DATASET EXCERPTS –
▬▬▬▬▬▬▬▬▬▬

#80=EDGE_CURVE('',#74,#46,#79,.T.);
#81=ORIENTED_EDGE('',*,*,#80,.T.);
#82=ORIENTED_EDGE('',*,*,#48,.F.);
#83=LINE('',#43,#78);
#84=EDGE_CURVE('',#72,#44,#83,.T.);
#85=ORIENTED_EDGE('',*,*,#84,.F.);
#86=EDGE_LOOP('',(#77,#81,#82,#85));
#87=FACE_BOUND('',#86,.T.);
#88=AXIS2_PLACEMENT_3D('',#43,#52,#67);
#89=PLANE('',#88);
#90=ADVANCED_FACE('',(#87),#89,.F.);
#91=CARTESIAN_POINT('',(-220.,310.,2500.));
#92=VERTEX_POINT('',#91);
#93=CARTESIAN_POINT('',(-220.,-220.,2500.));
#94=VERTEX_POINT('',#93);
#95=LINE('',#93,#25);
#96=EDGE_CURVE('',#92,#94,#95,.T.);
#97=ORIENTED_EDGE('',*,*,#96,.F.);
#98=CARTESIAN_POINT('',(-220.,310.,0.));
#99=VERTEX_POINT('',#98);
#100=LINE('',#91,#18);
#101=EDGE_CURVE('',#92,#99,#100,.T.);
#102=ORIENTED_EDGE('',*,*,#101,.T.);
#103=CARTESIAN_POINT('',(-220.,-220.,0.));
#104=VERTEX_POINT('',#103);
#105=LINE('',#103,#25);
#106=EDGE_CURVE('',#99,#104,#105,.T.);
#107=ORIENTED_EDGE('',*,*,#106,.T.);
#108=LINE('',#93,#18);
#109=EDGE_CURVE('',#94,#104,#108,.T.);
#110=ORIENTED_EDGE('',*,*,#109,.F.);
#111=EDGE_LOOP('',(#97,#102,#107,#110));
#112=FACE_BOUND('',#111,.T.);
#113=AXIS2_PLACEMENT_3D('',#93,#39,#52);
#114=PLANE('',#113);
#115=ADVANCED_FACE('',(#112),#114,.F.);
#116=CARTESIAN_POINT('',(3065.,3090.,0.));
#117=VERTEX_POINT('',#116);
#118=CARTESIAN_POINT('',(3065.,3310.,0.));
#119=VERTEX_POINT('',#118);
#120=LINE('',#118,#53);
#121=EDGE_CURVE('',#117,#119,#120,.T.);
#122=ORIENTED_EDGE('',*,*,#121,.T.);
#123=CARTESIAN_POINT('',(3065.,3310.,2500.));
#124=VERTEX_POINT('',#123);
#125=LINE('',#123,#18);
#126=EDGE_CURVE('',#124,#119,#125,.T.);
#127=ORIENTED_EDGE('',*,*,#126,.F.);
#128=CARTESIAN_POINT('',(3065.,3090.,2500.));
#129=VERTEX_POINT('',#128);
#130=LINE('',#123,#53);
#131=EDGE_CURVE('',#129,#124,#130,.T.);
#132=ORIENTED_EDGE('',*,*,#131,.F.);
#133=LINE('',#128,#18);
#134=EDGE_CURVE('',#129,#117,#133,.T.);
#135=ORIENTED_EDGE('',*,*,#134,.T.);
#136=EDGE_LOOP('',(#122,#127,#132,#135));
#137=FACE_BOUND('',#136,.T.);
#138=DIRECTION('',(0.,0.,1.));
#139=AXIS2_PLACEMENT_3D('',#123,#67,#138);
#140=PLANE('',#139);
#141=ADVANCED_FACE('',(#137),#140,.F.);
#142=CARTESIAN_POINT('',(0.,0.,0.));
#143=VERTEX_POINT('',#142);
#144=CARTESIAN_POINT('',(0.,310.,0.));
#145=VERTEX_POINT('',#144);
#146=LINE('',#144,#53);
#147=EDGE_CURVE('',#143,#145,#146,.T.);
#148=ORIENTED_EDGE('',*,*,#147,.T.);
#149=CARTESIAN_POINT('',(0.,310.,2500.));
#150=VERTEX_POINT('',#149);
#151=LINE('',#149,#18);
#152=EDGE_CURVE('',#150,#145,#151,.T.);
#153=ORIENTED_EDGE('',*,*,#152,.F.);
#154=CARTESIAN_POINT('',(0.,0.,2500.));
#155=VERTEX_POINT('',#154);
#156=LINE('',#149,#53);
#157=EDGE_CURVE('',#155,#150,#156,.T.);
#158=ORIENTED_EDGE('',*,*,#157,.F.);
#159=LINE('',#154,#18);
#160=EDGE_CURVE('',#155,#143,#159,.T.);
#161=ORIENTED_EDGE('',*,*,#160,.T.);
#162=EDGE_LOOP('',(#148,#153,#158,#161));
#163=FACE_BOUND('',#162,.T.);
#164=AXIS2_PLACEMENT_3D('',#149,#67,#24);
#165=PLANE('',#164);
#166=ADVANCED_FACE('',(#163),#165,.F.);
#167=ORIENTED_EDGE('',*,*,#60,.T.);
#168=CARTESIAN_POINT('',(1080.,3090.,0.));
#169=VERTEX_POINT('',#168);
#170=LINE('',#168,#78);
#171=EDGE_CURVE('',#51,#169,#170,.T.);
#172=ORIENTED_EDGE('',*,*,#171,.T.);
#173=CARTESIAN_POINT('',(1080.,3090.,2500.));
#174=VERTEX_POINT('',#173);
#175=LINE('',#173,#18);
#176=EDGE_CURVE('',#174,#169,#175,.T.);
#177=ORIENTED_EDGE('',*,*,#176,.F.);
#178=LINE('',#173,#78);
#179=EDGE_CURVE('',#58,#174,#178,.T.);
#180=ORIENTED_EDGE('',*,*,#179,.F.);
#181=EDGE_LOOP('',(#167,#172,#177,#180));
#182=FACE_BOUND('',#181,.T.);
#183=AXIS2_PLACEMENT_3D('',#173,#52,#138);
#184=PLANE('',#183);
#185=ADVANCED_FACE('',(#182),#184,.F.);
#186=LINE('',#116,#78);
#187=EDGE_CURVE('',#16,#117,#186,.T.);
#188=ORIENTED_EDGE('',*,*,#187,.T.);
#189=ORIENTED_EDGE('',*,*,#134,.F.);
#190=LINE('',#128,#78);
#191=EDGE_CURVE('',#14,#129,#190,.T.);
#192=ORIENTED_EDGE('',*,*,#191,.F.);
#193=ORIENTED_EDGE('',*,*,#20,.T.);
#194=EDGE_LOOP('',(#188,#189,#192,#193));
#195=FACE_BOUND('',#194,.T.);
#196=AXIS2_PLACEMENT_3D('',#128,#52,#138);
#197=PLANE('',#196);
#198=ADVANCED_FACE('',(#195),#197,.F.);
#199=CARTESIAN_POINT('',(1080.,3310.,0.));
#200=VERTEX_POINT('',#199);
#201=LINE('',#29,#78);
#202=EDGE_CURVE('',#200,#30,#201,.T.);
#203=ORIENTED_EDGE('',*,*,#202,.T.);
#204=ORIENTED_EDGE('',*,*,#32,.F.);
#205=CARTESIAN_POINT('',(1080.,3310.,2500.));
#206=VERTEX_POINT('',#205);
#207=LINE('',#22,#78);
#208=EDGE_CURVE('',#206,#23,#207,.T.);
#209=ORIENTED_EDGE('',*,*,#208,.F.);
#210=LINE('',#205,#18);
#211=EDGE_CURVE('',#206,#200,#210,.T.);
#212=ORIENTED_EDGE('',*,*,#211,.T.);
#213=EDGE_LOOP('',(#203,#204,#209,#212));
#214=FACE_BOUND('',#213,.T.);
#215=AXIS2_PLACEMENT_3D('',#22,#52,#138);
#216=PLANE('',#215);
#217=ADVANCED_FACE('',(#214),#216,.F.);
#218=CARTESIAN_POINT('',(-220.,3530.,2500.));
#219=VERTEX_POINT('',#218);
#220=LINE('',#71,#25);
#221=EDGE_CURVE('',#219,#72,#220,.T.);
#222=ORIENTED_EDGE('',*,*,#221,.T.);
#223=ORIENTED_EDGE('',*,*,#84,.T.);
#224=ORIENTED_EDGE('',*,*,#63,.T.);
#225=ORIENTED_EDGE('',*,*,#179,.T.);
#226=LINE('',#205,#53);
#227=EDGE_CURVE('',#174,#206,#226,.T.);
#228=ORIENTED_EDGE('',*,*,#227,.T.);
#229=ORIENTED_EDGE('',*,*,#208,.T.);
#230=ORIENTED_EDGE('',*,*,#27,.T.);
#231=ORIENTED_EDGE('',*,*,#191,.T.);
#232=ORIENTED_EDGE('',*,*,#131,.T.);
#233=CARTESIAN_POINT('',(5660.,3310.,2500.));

▬▬▬▬▬▬▬▬▬▬

REQUIRED WORK –
Output, exactly and with no other text, the line that contains "#175=LINE('',#173,#18);" and all lines from there to the end of the records.

FINISHED TASK –
#175=LINE('',#173,#18);
#176=EDGE_CURVE('',#174,#169,#175,.T.);
#177=ORIENTED_EDGE('',*,*,#176,.F.);
#178=LINE('',#173,#78);
#179=EDGE_CURVE('',#58,#174,#178,.T.);
#180=ORIENTED_EDGE('',*,*,#179,.F.);
#181=EDGE_LOOP('',(#167,#172,#177,#180));
#182=FACE_BOUND('',#181,.T.);
#183=AXIS2_PLACEMENT_3D('',#173,#52,#138);
#184=PLANE('',#183);
#185=ADVANCED_FACE('',(#182),#184,.F.);
#186=LINE('',#116,#78);
#187=EDGE_CURVE('',#16,#117,#186,.T.);
#188=ORIENTED_EDGE('',*,*,#187,.T.);
#189=ORIENTED_EDGE('',*,*,#134,.F.);
#190=LINE('',#128,#78);
#191=EDGE_CURVE('',#14,#129,#190,.T.);
#192=ORIENTED_EDGE('',*,*,#191,.F.);
#193=ORIENTED_EDGE('',*,*,#20,.T.);
#194=EDGE_LOOP('',(#188,#189,#192,#193));
#195=FACE_BOUND('',#194,.T.);
#196=AXIS2_PLACEMENT_3D('',#128,#52,#138);
#197=PLANE('',#196);
#198=ADVANCED_FACE('',(#195),#197,.F.);
#199=CARTESIAN_POINT('',(1080.,3310.,0.));
#200=VERTEX_POINT('',#199);
#201=LINE('',#29,#78);
#202=EDGE_CURVE('',#200,#30,#201,.T.);
#203=ORIENTED_EDGE('',*,*,#202,.T.);
#204=ORIENTED_EDGE('',*,*,#32,.F.);
#205=CARTESIAN_POINT('',(1080.,3310.,2500.));
#206=VERTEX_POINT('',#205);
#207=LINE('',#22,#78);
#208=EDGE_CURVE('',#206,#23,#207,.T.);
#209=ORIENTED_EDGE('',*,*,#208,.F.);
#210=LINE('',#205,#18);
#211=EDGE_CURVE('',#206,#200,#210,.T.);
#212=ORIENTED_EDGE('',*,*,#211,.T.);
#213=EDGE_LOOP('',(#203,#204,#209,#212));
#214=FACE_BOUND('',#213,.T.);
#215=AXIS2_PLACEMENT_3D('',#22,#52,#138);
#216=PLANE('',#215);
#217=ADVANCED_FACE('',(#214),#216,.F.);
#218=CARTESIAN_POINT('',(-220.,3530.,2500.));
#219=VERTEX_POINT('',#218);
#220=LINE('',#71,#25);
#221=EDGE_CURVE('',#219,#72,#220,.T.);
#222=ORIENTED_EDGE('',*,*,#221,.T.);
#223=ORIENTED_EDGE('',*,*,#84,.T.);
#224=ORIENTED_EDGE('',*,*,#63,.T.);
#225=ORIENTED_EDGE('',*,*,#179,.T.);
#226=LINE('',#205,#53);
#227=EDGE_CURVE('',#174,#206,#226,.T.);
#228=ORIENTED_EDGE('',*,*,#227,.T.);
#229=ORIENTED_EDGE('',*,*,#208,.T.);
#230=ORIENTED_EDGE('',*,*,#27,.T.);
#231=ORIENTED_EDGE('',*,*,#191,.T.);
#232=ORIENTED_EDGE('',*,*,#131,.T.);
#233=CARTESIAN_POINT('',(5660.,3310.,2500.));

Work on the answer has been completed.